# What size puppy collar and lead should I get?



## KellyH

Sorry if this is an obvious question. What size collar should I be getting for my puppy? She'll be 8 weeks old when she comes home. I know they grow fast, but should I start her with a "small" and is it best to get a 5/8" width or a 3/4" width? The same goes for the leash. She'll be going to puppy kindergarten, so should I get a longer leash (6 ft, 5 ft) or stay with a 4ft leash so she's easier to control while she's still little. And again, what width should the leash be? Also, how quickly will she grow out of her first collar?

Thanks!


----------



## Megora

I'd say start with a puppy collar - something that is light and comfortable for the little neck not used to wearing a collar.  The puppy collar won't last very long. You will be updating to a slightly bigger collar which your 5 month old will likely wear for a few months before you upgrade to the regular/adult collar.

Leash - 6 ft light leash. Something long enough so your dog can learn to walk on a loose lead, also something that you can step a foot away while practicing stays/waits. I like having a light leash, but honestly... when our guys was a puppy I trained him with a skinny leash, but at home we hooked on whatever leash was on hand. So even the wider leashes we used with our other golden. You also want a long line (10 feet at least) for teaching comes on. 

The attached pic = Jacks puppy collar, his 5-9 month old collar, and one of his current adult collars.


----------



## lovemydoggiesx2

I agree start with a baby collar...Bobbie was able to wear hers until she was 4 months then we switched to a L size one at the smallest setting. With the leash I would also start with a short one for puppy class and teaching her walking....its getting near...only a few weeks left!!


----------



## KellyH

Thanks. Can you be a bit more specific? Most places list sizes... so do I need a "small" collar or an "extra small" they also list collar width's 1/2 inch 3/4 or 5/8 and should the width of the leash be 1 inch or less? Sorry if I'm being obtuse.


----------



## Megora

I think this depends on what is available where you are shopping...?

The puppy collar we had for Jacks was 3/8". It came from the breeder of one of our previous goldens, so we never actually bought it. And it was hand me down for Jacks for the first month or so that he was with us. 

Like this: Adjustable Puppy Collar - Dog.com

The puppy leash we had for him and I still use (nylon leash, lasts forever, etc) was 5/8 width. It was nice and light and I didn't feel like I was manhandling the little munchkin when I was training him early on or taking him out for walks. 

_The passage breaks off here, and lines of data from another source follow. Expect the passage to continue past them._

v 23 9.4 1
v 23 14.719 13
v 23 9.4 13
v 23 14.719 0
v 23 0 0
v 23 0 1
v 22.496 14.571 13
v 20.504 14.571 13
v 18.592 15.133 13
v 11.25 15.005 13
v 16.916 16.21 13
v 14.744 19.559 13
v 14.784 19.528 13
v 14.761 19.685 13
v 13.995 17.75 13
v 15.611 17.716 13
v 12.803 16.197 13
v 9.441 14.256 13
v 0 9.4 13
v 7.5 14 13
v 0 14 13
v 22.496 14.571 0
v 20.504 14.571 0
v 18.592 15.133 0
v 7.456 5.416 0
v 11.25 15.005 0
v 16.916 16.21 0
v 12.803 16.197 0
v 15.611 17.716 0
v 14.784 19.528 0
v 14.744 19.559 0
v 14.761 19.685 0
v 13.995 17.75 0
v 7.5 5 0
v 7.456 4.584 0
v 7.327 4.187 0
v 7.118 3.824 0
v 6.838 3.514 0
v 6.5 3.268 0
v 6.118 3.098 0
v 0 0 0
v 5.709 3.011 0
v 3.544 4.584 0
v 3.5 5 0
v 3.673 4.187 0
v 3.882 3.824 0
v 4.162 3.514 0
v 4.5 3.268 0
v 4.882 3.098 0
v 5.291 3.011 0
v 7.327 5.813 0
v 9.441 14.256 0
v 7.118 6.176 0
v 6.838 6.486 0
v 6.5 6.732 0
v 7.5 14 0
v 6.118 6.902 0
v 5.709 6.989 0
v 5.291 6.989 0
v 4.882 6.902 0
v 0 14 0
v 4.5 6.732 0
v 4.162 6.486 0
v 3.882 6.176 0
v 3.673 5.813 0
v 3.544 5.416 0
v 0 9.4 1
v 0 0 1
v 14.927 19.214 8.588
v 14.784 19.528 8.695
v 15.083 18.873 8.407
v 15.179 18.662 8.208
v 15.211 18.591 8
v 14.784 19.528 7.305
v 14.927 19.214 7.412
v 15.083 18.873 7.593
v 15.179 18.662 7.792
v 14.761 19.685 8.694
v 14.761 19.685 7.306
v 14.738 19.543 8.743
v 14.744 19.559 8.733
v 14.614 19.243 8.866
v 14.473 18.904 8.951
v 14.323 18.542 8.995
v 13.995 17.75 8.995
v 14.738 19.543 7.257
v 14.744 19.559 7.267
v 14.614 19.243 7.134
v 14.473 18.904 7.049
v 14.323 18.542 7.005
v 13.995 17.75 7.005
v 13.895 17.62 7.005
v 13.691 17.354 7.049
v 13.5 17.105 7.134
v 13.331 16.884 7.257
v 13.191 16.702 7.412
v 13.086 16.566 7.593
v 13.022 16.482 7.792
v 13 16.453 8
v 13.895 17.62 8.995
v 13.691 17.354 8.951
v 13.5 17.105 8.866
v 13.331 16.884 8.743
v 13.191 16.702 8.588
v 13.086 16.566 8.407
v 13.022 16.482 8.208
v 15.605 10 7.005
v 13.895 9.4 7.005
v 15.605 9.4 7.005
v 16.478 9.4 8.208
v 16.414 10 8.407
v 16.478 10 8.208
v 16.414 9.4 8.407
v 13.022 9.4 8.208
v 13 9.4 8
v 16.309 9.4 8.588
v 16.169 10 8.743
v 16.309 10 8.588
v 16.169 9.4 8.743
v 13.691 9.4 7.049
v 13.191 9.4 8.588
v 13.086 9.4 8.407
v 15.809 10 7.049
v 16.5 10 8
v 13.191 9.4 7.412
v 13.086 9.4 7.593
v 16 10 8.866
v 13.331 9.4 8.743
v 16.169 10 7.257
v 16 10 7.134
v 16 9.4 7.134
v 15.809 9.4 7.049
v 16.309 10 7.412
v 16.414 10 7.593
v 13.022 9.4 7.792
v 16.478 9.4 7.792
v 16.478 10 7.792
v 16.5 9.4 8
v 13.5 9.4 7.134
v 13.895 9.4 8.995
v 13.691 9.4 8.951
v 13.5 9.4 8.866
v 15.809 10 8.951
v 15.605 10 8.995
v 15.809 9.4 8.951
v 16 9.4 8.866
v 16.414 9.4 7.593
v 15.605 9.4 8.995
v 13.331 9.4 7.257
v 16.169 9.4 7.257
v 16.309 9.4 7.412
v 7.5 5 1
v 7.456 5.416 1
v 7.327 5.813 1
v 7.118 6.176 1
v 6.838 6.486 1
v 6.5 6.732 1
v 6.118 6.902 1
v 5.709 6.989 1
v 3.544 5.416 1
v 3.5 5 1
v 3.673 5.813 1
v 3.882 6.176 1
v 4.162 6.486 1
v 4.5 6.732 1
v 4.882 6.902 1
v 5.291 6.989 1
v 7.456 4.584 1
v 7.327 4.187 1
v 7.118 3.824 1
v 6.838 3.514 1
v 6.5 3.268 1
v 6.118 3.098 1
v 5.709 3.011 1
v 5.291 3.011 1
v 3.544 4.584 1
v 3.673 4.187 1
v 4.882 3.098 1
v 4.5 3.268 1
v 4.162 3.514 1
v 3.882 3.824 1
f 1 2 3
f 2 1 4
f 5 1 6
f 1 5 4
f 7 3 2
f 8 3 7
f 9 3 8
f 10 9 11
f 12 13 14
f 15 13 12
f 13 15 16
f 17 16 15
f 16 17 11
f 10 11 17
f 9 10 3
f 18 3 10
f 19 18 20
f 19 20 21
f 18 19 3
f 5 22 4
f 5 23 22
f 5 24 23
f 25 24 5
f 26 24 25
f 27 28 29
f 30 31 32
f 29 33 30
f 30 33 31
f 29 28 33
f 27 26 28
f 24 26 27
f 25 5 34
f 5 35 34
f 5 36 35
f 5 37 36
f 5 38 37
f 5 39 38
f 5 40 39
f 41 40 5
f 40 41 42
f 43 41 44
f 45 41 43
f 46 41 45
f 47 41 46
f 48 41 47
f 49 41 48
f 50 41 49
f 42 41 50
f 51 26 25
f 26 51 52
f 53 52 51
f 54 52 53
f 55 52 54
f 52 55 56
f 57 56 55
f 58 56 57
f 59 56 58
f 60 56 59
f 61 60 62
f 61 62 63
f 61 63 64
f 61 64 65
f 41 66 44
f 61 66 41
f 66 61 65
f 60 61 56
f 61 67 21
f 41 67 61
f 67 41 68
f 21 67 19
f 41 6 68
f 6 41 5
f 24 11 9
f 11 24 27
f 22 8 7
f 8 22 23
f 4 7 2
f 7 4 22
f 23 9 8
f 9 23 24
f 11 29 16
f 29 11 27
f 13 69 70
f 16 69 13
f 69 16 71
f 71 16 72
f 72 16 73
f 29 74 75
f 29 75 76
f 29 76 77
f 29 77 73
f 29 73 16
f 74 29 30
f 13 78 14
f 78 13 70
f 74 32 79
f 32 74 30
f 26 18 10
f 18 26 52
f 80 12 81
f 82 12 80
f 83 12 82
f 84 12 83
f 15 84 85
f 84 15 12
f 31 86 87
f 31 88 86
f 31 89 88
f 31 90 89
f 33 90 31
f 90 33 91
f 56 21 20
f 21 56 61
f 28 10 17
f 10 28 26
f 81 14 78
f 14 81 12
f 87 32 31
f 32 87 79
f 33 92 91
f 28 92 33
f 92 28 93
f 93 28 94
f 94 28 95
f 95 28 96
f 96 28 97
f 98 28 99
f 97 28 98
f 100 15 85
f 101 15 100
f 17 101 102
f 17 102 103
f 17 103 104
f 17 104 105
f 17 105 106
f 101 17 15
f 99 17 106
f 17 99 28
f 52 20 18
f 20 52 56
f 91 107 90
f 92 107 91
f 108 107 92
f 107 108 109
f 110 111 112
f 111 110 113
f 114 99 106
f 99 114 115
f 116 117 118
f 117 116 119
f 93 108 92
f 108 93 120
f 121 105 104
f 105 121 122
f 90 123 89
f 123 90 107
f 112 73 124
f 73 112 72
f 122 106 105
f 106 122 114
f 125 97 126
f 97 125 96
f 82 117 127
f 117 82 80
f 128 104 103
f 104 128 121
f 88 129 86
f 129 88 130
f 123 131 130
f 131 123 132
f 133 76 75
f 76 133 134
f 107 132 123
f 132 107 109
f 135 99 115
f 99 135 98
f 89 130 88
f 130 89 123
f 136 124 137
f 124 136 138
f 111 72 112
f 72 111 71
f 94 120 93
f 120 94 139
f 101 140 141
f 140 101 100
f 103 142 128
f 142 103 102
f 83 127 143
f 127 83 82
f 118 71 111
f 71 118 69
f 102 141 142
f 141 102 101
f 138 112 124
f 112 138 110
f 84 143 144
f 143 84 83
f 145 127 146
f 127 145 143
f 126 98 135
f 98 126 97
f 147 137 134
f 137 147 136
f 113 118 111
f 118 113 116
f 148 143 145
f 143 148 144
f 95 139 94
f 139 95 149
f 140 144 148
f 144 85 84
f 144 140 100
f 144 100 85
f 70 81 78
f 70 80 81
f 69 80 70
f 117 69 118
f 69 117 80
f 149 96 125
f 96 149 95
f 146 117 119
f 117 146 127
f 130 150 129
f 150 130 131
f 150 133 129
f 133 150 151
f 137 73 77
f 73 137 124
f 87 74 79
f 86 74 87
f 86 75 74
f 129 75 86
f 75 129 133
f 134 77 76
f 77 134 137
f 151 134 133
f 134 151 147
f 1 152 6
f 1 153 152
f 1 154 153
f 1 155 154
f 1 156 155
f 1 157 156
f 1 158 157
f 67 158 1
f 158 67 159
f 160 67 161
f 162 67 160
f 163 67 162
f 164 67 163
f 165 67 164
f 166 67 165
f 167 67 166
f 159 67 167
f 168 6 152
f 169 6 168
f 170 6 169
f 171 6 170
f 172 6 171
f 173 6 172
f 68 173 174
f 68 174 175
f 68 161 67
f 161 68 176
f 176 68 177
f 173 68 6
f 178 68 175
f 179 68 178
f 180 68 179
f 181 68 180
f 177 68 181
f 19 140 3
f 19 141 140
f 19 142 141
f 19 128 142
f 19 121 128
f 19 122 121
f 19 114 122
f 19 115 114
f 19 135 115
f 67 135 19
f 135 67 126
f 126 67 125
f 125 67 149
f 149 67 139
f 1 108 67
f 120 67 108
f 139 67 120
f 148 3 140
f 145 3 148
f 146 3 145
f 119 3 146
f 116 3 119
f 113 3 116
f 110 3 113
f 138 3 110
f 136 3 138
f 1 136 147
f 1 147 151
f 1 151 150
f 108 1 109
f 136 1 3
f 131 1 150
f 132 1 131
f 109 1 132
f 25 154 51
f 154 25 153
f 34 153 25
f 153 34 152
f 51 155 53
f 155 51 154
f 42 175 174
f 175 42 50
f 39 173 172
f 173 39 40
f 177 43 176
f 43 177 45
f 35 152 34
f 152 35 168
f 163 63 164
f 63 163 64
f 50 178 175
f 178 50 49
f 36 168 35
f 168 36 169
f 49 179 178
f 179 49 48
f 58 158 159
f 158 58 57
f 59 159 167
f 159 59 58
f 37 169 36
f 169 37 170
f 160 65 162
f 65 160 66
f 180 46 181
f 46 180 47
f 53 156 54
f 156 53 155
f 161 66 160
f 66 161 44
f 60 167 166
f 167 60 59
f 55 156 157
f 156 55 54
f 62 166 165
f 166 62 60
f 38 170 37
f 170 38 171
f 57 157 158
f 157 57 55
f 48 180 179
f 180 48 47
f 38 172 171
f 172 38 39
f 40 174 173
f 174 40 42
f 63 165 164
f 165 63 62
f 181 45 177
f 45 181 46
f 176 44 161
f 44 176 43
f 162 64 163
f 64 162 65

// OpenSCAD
x = 23;
y = 21.5;
z = 13;

mk_gear_d = 12 +2;
bearing_d = 13+2;
filament_d = 2;
screw_d = 4;

trim = 2.5;
difference() {
    cube([x,y,z]);
    
    //mk gear
    translate([24-trim,y,-1]) cylinder(d=mk_gear_d,h = z*2);
    //bearing
    hull(){
        translate([10-trim,y,-1]) cylinder(d=bearing_d,h = z*2);
        translate([0,y,-1]) cylinder(d=bearing_d,h = z*2);
    }
    
    //filament
    hull(){
        translate([6+8,10,8]) rotate([90,0,0]) cylinder(d=filament_d,h = 1, $fn=30);
        translate([6+9.5,10,8]) rotate([90,0,0]) cylinder(d=filament_d,h = 1, $fn=30);
        
        translate([6+8,20,8]) rotate([90,0,0]) cylinder(d=filament_d,h = 1, $fn=30);
    }
    // mount block
    translate([0,0,1])cube([42,9.4, 12]);
    
    // screw
    translate([5.5,5,-1]) cylinder(d=screw_d,h = z*2, $fn=30);
}
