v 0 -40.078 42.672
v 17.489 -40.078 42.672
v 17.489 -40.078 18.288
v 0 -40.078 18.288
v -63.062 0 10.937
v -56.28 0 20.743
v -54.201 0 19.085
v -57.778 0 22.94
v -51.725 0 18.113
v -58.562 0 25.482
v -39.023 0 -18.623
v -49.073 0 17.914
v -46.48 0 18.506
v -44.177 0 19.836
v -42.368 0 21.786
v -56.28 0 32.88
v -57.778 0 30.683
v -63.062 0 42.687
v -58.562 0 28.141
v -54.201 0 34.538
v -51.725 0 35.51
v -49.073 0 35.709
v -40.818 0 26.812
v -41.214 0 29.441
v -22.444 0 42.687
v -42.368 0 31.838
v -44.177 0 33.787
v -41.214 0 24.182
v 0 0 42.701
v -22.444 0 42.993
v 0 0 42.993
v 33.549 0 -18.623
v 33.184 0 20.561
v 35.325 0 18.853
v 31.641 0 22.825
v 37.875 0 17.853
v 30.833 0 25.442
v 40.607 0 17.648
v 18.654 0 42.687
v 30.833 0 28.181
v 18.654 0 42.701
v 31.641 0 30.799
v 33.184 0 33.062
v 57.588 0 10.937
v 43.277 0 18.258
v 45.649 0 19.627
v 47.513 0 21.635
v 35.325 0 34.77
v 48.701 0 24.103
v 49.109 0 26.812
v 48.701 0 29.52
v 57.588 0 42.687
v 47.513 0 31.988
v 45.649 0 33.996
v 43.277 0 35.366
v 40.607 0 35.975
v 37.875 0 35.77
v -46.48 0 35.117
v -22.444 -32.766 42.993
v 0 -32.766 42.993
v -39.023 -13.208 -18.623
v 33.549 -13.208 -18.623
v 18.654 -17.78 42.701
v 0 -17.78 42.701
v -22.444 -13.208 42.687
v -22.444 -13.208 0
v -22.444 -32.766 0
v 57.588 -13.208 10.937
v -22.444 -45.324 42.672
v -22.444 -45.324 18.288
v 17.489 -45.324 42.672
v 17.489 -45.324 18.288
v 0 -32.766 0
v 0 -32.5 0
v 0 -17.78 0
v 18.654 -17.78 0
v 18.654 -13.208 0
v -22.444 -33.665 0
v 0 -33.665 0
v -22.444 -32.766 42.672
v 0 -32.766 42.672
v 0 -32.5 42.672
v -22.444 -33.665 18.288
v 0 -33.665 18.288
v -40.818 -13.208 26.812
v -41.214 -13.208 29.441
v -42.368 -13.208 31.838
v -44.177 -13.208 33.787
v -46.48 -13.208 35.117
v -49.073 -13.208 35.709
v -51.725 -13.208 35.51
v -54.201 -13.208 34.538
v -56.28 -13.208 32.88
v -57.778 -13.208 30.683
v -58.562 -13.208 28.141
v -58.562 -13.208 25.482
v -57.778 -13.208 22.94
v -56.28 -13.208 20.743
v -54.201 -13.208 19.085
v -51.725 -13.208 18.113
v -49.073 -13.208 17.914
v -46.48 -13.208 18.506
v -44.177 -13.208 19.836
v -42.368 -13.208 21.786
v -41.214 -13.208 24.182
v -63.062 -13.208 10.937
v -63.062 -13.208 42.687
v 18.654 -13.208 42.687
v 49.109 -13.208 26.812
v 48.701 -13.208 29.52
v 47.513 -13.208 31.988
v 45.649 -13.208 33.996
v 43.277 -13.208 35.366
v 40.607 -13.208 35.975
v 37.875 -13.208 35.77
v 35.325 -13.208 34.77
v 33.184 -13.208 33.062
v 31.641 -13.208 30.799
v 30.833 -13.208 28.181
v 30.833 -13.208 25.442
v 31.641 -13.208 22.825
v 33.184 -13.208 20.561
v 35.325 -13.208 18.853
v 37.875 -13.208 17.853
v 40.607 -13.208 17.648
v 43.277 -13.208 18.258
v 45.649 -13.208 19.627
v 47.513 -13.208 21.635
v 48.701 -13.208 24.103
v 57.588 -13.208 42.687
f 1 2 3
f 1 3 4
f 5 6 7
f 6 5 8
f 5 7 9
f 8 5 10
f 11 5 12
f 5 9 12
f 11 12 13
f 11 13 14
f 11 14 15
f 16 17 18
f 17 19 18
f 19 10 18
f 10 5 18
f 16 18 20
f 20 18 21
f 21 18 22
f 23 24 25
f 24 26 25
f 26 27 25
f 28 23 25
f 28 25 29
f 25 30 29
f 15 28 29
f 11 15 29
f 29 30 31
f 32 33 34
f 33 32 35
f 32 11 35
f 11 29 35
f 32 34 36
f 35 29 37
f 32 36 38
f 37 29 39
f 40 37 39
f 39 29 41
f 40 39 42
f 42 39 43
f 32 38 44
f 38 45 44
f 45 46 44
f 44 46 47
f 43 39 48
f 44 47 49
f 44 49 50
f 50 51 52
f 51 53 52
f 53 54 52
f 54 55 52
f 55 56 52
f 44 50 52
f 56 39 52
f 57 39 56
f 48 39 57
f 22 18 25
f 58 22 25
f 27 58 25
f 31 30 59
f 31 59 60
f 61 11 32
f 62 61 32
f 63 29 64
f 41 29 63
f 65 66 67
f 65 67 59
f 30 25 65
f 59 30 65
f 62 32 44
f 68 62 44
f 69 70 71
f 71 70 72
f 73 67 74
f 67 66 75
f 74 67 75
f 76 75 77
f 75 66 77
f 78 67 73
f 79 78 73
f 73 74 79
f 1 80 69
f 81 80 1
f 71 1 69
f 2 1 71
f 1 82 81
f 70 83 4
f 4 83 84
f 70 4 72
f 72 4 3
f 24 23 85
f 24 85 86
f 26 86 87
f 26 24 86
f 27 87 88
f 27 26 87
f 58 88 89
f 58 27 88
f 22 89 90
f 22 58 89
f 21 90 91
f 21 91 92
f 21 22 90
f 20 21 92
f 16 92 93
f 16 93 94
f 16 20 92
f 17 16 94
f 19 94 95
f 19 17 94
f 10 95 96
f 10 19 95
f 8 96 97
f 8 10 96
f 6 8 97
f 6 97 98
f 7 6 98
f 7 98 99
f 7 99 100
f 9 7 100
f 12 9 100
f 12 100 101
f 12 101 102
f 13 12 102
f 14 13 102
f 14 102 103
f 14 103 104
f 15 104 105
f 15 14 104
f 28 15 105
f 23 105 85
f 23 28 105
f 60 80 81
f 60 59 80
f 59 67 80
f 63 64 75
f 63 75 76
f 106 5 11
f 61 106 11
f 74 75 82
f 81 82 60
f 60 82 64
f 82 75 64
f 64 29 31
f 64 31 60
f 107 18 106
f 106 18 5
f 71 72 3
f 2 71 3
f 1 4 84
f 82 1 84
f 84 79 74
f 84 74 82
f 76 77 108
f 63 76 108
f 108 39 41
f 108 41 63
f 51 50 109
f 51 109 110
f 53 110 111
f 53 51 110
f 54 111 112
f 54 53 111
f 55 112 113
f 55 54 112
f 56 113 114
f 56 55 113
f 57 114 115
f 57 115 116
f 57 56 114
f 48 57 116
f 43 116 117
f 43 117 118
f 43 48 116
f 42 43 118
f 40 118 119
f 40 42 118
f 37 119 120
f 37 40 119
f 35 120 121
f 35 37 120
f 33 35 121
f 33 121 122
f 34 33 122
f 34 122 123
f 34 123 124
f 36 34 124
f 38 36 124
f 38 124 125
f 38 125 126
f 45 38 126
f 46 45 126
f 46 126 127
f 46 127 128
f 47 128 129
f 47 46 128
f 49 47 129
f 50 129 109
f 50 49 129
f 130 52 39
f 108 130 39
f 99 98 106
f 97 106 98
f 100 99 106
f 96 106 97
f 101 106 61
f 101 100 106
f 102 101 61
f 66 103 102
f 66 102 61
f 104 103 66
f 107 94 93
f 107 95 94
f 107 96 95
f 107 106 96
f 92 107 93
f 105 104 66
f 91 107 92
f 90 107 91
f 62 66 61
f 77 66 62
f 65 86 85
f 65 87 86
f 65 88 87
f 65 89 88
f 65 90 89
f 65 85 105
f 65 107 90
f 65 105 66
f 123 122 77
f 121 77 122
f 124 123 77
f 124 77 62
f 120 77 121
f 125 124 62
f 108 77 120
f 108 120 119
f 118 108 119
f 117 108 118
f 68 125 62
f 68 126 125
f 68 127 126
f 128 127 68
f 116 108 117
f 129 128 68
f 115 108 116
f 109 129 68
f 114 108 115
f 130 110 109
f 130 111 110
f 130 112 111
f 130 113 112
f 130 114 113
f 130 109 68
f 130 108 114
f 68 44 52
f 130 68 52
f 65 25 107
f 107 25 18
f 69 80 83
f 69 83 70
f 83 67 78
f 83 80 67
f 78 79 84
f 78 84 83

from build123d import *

# Parameters (mm, degrees)
F0_R     = 8.922134
F0_R_2   = 9.189262
F1_DEPTH = 13.208
F2_W     = 41.098034
F2_H     = 42.701147
F3_DEPTH = 17.78
F4_W     = 22.443607
F4_H     = 42.992625
F5_DEPTH = 32.766
F7_DEPTH = 42.672
F9_DEPTH = 18.288


with BuildPart() as f1:
    # F0 (on Front) → F1 (new body)
    with BuildSketch(Plane.XZ):
        Polygon((57.588355, 42.686574), (-63.061645, 42.686574), (-63.061645, 10.936574), (-39.022743, -18.62254), (33.549454, -18.62254), (57.588355, 10.936574), align=None)
        with Locations((-49.73989, 26.811574)):
            Circle(F0_R, mode=Mode.SUBTRACT)
        with Locations((39.919995, 26.811574)):
            Circle(F0_R_2, mode=Mode.SUBTRACT)
    extrude(amount=F1_DEPTH)

    # F2 (on Front) → F3 (join)
    with BuildSketch(Plane.XZ):
        with Locations((-1.89459, 21.350573)):
            Rectangle(F2_W, F2_H)
    extrude(amount=F3_DEPTH)

    # F4 (on Front) → F5 (join)
    with BuildSketch(Plane.XZ):
        with Locations((-11.221804, 21.496312)):
            Rectangle(F4_W, F4_H)
    extrude(amount=F5_DEPTH)

    # F6 (on Top) → F7 (join)
    with BuildSketch(Plane.XY):
        Polygon((0, -32.499507), (-22.443607, -32.499507), (-22.443607, -45.324426), (17.488524, -45.324426), (17.488524, -40.077869), (0, -40.077869), align=None)
    extrude(amount=F7_DEPTH)

    # F8 (on Top) → F9 (cut)
    with BuildSketch(Plane.XY):
        Polygon((0, -33.665407), (-22.443607, -33.665407), (-22.443607, -45.324426), (18.071475, -45.324426), (18.071475, -40.077869), (0, -40.077869), align=None)
    extrude(amount=F9_DEPTH, mode=Mode.SUBTRACT)


solid = f1.part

Like this: http://www.dog.com/item/nylon-dog-lead-6-ft-x-5-8-in/100791/

As he got bigger and got into competition classes, I started using my 3' long 5/8 width leather leash (another hand me down).


----------



## KellyH

Thanks so much! That helps a lot.


----------



## julliams

Our collar and leash was bought by the Dr Harry people (the ones that did the tv special). The collar is an adjustable one 10 - 16". Of course we have it adjusted to much smaller than that. It is 5/8" thick. The brand is Rogz - Utility Snake collar. Collars for dogs, Dog Collars: Buy Rogz Dog collars at Pets on the Park. Utility, Fancy Dress Just scroll down and you can see the red one - we have purple. The lead is about 71 inches long (including the clip) and just under 4/8" thick. It's called Rogz - Utility Fixed Lead Nitelife - the orange one - we have purple.

It seems to work fine. She doesn't like wearing it but I guess it's just a matter of her learning to get used to it. We have only used it when we have her outside on our deck whilst we eat. She goes on the lead and it gets attached to the table leg. She's pretty happy to lie next to or under the table when we are hanging out eating.


----------



## iansgran

The problem with nylon leashes is that they can be chewed through in a heartbeat. And with Goldens grabbing their leash in their mouth is a very common thing. Leather leashes are more expensive but stand up to chewing better. I have several, 2, 4, 5, and 6 feet. Depends on where you will be walking and how big you are which might be best for you. For a new puppy nylon will be fine, just remember to keep checking it. Once your baby is bigger and stronger, I suggest leather. For me the 4 and 5 feet ones are better, and my husband likes the 6 ft one. But with 6 feet you need to remember they can get that far away from you and if you are walking close to the street it might be too long. Jaro had a very small thin collar when he we brought him home, then I got a bigger one, then a bigger one when he was about 5 months. He still has some growth room left in that one and he is now 8 months.


----------



## julliams

Yes I would agree with that Ian's Gran. Zali already chews her leash but I try to give her a chew toy when I see her doing it. We were given the leash so we will use it but I will have to inspect it periodically.


----------



## CarolinaCasey

We have 2 Lupine brand leashes. One is 4 ft and one is 6 ft. I found that the 4 ft leash is much better for us right now. Easier control, not as much slack, keeps him close. It was recommended at puppy class that we use a 6 ft leash, but I prefer the 4 ft one there, too. I love Lupine because if it is chewed, they will replace it. What a wonderful guarantee!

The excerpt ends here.